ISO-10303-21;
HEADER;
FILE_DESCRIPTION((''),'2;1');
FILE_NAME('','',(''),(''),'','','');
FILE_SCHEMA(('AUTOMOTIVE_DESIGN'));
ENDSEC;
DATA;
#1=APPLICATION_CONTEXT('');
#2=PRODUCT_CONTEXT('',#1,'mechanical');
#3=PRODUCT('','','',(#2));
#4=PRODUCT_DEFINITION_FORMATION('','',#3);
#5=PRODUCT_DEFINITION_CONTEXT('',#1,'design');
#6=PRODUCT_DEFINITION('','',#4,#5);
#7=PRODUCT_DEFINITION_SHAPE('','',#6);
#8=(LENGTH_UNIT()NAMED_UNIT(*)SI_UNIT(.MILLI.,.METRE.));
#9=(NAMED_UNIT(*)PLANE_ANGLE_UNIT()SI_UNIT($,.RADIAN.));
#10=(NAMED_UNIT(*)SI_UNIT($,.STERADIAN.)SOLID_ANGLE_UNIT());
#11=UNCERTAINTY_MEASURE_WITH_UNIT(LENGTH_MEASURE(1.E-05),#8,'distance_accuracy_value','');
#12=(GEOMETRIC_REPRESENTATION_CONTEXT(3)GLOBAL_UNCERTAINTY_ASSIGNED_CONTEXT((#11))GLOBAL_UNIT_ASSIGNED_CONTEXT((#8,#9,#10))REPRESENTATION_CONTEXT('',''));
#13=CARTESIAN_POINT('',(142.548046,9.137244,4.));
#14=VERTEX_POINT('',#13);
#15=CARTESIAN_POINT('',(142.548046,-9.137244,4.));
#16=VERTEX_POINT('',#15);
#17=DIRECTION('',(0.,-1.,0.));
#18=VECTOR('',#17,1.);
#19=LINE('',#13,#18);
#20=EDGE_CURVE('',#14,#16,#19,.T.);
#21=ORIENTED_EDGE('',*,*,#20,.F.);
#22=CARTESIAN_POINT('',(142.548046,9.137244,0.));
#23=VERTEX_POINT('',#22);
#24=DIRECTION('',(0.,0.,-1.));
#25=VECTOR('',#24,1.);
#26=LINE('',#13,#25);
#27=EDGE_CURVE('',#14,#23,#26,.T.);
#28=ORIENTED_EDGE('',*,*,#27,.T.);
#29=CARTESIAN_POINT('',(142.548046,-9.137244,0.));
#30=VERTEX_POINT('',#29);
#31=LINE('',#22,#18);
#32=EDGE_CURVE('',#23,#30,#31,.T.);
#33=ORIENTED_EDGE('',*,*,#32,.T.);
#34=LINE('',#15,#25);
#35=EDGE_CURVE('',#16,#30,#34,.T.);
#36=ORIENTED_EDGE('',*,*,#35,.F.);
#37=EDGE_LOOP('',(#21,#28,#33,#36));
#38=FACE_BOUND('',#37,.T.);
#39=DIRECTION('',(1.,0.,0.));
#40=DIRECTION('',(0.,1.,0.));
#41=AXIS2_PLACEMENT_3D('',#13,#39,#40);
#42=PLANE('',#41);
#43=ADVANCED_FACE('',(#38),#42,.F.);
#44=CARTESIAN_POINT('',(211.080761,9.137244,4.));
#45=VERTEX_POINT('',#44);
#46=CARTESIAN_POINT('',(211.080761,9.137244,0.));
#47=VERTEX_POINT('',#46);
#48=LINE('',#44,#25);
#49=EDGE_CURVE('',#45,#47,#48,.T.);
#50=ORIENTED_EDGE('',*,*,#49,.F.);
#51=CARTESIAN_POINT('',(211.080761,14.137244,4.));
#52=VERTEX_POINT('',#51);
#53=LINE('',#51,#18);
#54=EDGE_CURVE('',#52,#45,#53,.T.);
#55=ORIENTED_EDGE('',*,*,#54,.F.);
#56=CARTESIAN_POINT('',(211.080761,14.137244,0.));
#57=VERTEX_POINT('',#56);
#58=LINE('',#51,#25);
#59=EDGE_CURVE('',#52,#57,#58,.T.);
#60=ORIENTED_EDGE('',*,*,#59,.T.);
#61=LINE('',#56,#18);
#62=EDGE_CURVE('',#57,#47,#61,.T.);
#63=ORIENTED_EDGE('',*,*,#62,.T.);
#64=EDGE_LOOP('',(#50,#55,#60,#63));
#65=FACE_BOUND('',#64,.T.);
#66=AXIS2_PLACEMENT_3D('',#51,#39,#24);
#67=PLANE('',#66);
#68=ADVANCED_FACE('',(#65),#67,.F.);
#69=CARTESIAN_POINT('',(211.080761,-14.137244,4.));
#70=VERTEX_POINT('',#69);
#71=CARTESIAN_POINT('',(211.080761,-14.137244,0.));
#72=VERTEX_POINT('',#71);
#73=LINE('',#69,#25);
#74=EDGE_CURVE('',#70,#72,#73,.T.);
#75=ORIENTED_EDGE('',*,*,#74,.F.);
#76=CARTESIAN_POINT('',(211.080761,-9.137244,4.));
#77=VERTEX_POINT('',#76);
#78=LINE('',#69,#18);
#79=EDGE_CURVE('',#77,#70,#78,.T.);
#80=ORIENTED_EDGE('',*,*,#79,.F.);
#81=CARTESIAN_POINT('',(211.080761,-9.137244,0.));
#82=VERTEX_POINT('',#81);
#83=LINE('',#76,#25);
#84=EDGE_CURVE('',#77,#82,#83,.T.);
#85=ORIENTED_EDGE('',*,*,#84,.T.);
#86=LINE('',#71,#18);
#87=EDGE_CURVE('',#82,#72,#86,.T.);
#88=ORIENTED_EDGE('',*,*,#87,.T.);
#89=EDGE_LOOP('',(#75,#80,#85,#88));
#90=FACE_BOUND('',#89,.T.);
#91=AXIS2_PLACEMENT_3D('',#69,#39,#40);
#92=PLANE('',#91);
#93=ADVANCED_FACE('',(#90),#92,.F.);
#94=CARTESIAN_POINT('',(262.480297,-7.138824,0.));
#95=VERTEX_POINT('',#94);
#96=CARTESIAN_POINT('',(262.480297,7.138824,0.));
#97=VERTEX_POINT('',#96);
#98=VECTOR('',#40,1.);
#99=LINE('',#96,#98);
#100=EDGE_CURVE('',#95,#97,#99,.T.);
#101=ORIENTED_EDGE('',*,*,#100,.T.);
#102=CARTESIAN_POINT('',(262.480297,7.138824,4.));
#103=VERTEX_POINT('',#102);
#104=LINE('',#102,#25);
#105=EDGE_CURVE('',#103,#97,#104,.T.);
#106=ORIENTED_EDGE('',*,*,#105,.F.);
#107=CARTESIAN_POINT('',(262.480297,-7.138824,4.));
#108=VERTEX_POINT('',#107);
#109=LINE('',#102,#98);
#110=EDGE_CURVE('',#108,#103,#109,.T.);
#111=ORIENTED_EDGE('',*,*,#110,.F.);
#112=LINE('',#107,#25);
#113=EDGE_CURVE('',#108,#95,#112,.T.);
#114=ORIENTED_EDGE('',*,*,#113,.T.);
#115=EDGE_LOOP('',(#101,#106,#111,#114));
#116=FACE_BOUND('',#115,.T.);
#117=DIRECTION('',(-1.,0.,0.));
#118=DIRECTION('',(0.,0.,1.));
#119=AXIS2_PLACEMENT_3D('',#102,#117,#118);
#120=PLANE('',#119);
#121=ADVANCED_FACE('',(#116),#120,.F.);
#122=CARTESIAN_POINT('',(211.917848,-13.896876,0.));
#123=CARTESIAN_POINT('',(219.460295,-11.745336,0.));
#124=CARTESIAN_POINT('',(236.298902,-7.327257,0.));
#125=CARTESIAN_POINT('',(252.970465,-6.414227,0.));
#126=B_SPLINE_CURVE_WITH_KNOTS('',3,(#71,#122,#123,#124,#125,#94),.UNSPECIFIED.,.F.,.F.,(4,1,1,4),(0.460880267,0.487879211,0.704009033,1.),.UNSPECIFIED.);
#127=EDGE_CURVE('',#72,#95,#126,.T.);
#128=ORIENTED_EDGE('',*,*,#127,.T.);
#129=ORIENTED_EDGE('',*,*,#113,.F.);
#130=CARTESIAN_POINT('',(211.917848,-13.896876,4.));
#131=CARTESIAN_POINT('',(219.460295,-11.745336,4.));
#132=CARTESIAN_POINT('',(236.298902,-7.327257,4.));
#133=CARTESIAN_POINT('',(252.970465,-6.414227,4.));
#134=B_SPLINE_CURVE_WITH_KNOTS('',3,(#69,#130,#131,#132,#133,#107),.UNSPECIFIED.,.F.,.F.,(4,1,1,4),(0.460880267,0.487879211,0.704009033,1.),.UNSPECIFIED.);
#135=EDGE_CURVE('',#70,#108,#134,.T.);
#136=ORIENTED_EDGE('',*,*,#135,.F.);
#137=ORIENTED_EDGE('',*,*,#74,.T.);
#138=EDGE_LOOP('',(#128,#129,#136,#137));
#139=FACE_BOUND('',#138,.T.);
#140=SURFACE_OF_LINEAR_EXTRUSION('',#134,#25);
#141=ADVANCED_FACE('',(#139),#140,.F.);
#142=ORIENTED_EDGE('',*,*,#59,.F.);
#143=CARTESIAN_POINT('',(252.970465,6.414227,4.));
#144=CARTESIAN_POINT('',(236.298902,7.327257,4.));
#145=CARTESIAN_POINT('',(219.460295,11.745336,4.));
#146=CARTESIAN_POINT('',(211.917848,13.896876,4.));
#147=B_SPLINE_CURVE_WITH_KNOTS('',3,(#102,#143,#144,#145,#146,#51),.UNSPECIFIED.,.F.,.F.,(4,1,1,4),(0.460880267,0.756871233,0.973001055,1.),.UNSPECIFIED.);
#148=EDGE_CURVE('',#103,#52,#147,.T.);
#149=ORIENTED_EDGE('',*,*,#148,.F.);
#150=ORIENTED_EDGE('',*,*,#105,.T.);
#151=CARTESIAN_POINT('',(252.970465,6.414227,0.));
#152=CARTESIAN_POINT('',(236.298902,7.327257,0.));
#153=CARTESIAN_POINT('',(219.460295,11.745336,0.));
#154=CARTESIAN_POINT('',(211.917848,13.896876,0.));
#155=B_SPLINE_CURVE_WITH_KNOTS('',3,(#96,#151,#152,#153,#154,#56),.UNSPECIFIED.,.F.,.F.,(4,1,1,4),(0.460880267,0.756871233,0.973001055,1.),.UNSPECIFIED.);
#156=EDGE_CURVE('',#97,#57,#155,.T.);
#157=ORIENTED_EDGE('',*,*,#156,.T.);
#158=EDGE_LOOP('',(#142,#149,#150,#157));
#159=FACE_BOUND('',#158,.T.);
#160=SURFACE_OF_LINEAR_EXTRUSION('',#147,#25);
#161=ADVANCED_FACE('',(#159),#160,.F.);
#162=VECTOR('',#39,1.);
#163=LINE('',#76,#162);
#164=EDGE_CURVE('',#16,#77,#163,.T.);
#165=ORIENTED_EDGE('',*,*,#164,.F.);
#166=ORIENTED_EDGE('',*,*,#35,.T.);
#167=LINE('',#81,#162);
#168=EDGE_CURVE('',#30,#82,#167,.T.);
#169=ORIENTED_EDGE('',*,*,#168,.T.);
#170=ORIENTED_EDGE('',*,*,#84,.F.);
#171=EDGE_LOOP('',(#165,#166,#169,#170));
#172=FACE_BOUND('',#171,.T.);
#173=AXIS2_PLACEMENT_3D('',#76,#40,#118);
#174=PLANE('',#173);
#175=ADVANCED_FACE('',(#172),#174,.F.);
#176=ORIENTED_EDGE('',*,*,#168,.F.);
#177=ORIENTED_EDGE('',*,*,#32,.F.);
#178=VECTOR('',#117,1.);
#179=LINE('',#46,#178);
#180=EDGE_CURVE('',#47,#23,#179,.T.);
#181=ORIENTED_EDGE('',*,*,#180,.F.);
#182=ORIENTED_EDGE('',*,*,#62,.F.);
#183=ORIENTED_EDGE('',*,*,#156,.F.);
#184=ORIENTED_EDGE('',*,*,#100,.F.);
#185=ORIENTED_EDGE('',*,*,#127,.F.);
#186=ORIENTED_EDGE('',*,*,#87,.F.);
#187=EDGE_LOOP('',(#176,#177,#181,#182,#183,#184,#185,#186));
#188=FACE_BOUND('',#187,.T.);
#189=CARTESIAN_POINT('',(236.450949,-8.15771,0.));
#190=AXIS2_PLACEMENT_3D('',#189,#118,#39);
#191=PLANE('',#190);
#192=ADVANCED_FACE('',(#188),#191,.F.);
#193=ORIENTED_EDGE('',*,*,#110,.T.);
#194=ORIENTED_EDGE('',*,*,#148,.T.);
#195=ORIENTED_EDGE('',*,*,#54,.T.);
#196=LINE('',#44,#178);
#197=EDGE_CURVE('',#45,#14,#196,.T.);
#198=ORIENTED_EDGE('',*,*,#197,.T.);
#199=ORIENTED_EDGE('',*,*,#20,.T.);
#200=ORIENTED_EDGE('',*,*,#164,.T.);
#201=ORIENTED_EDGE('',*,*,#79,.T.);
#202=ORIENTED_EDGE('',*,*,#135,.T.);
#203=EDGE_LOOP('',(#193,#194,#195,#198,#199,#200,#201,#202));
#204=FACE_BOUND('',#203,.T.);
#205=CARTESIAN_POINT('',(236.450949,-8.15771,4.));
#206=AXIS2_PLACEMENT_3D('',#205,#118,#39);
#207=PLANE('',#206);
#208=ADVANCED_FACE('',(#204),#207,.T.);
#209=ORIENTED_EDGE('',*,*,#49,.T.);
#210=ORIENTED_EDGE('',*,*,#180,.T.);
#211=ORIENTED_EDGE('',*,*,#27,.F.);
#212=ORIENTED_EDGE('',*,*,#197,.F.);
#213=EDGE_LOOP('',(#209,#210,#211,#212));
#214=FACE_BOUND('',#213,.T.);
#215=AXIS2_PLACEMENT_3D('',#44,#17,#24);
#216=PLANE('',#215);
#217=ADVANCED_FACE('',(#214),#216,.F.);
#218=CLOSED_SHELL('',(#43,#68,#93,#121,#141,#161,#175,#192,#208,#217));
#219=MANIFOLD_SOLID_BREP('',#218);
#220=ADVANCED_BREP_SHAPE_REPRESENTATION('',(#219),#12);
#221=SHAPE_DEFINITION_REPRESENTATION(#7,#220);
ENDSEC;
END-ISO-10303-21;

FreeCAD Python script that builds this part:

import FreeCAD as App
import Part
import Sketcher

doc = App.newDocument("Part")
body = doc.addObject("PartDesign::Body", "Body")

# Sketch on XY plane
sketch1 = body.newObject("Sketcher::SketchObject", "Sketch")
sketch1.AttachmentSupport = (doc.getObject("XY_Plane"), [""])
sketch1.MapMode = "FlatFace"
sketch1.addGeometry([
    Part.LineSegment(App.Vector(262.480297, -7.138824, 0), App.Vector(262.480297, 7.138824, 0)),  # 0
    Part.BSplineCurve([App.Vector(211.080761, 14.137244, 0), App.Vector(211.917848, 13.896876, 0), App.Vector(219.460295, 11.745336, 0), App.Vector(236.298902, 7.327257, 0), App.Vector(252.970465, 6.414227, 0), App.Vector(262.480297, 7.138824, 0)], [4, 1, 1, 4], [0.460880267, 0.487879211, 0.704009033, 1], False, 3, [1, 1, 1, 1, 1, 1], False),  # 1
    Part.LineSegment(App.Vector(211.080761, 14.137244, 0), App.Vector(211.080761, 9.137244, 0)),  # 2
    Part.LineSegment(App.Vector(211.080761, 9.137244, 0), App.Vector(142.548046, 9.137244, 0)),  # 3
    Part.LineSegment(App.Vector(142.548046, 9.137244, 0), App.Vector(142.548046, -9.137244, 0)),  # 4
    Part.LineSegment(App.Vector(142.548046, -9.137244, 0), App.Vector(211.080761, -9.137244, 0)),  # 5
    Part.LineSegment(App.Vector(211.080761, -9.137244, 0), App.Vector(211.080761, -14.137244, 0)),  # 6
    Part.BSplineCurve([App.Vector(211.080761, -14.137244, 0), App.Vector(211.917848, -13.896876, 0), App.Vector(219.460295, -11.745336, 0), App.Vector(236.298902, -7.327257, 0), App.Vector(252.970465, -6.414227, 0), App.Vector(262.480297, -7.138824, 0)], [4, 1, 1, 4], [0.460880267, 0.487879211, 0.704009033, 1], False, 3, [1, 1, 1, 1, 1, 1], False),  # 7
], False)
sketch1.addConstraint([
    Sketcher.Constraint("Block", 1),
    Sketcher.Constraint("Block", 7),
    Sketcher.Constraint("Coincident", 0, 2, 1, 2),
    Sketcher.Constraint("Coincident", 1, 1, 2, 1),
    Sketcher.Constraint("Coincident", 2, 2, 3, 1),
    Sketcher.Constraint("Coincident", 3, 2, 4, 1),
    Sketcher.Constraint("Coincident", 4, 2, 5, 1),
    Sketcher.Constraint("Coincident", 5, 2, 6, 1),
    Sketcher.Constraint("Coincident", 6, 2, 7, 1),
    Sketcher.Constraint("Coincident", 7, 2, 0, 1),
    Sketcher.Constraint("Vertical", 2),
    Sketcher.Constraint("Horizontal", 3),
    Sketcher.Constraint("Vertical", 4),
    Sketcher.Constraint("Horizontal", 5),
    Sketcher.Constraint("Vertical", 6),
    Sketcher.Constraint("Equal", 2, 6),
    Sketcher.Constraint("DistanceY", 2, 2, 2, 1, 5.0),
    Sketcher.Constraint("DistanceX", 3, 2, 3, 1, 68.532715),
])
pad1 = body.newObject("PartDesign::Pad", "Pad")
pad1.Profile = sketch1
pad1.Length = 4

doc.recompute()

...

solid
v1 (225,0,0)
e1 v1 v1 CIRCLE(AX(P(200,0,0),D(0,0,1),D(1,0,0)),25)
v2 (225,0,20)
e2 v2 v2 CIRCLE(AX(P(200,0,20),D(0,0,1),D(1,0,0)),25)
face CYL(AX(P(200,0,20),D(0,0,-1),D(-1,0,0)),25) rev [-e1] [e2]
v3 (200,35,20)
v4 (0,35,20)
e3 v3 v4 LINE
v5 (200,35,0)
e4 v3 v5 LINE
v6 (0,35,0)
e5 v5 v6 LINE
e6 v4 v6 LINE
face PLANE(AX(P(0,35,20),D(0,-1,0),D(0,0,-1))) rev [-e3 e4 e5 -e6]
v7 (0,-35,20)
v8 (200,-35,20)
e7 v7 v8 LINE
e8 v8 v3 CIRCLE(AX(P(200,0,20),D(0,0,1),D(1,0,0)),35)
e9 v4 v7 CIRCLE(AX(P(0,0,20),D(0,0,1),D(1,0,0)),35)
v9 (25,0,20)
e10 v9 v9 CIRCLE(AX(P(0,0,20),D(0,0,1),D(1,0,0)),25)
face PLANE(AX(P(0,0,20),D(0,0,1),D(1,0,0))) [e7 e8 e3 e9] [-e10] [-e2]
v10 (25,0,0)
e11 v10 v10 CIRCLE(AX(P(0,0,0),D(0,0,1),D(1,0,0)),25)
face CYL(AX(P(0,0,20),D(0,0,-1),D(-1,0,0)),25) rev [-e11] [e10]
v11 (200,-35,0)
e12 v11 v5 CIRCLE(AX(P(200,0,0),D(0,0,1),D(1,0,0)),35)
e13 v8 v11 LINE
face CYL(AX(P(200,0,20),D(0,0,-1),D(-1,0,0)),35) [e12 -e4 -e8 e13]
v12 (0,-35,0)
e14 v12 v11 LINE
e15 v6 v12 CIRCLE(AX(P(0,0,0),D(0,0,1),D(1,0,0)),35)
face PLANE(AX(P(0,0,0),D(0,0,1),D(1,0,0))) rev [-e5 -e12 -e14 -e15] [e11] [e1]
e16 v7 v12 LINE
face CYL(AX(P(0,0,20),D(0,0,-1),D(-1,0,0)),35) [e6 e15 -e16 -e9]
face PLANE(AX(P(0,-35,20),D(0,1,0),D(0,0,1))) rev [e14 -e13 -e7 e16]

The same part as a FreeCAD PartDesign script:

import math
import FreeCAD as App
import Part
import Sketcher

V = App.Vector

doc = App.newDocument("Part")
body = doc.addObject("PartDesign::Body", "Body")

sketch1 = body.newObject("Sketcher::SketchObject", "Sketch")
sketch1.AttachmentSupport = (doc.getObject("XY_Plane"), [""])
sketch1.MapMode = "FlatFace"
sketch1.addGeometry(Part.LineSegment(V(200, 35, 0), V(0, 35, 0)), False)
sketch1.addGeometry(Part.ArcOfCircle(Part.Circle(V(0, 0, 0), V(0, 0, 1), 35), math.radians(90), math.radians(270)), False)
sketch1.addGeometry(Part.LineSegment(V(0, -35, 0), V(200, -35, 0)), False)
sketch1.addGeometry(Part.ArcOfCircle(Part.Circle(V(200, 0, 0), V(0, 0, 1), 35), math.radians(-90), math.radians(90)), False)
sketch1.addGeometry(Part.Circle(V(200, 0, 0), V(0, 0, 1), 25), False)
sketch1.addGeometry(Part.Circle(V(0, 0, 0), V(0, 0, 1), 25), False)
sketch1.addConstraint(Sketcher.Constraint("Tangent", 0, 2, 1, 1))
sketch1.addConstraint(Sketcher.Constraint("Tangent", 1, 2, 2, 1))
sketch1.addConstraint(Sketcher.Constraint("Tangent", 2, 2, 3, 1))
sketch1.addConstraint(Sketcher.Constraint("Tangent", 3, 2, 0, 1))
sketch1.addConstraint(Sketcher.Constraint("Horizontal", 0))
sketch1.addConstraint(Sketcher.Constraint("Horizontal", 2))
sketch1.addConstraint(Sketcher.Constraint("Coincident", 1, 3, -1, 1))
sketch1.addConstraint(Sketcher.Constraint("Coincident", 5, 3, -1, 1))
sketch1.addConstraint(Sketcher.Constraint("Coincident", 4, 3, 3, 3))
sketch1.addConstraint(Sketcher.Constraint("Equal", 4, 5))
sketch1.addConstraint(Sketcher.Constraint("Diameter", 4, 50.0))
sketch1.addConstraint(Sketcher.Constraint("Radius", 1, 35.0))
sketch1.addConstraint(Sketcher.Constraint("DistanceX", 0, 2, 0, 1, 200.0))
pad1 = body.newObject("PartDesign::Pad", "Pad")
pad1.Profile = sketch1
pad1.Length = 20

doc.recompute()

- _Problem details_
Your reply is to repeat, unchanged, the lines above running from the one with "#73=LINE('',#69,#25);" up to and including the one with "#80=ORIENTED_EDGE('',*,*,#79,.F.);".

- _Result for this exercise_
#73=LINE('',#69,#25);
#74=EDGE_CURVE('',#70,#72,#73,.T.);
#75=ORIENTED_EDGE('',*,*,#74,.F.);
#76=CARTESIAN_POINT('',(211.080761,-9.137244,4.));
#77=VERTEX_POINT('',#76);
#78=LINE('',#69,#18);
#79=EDGE_CURVE('',#77,#70,#78,.T.);
#80=ORIENTED_EDGE('',*,*,#79,.F.);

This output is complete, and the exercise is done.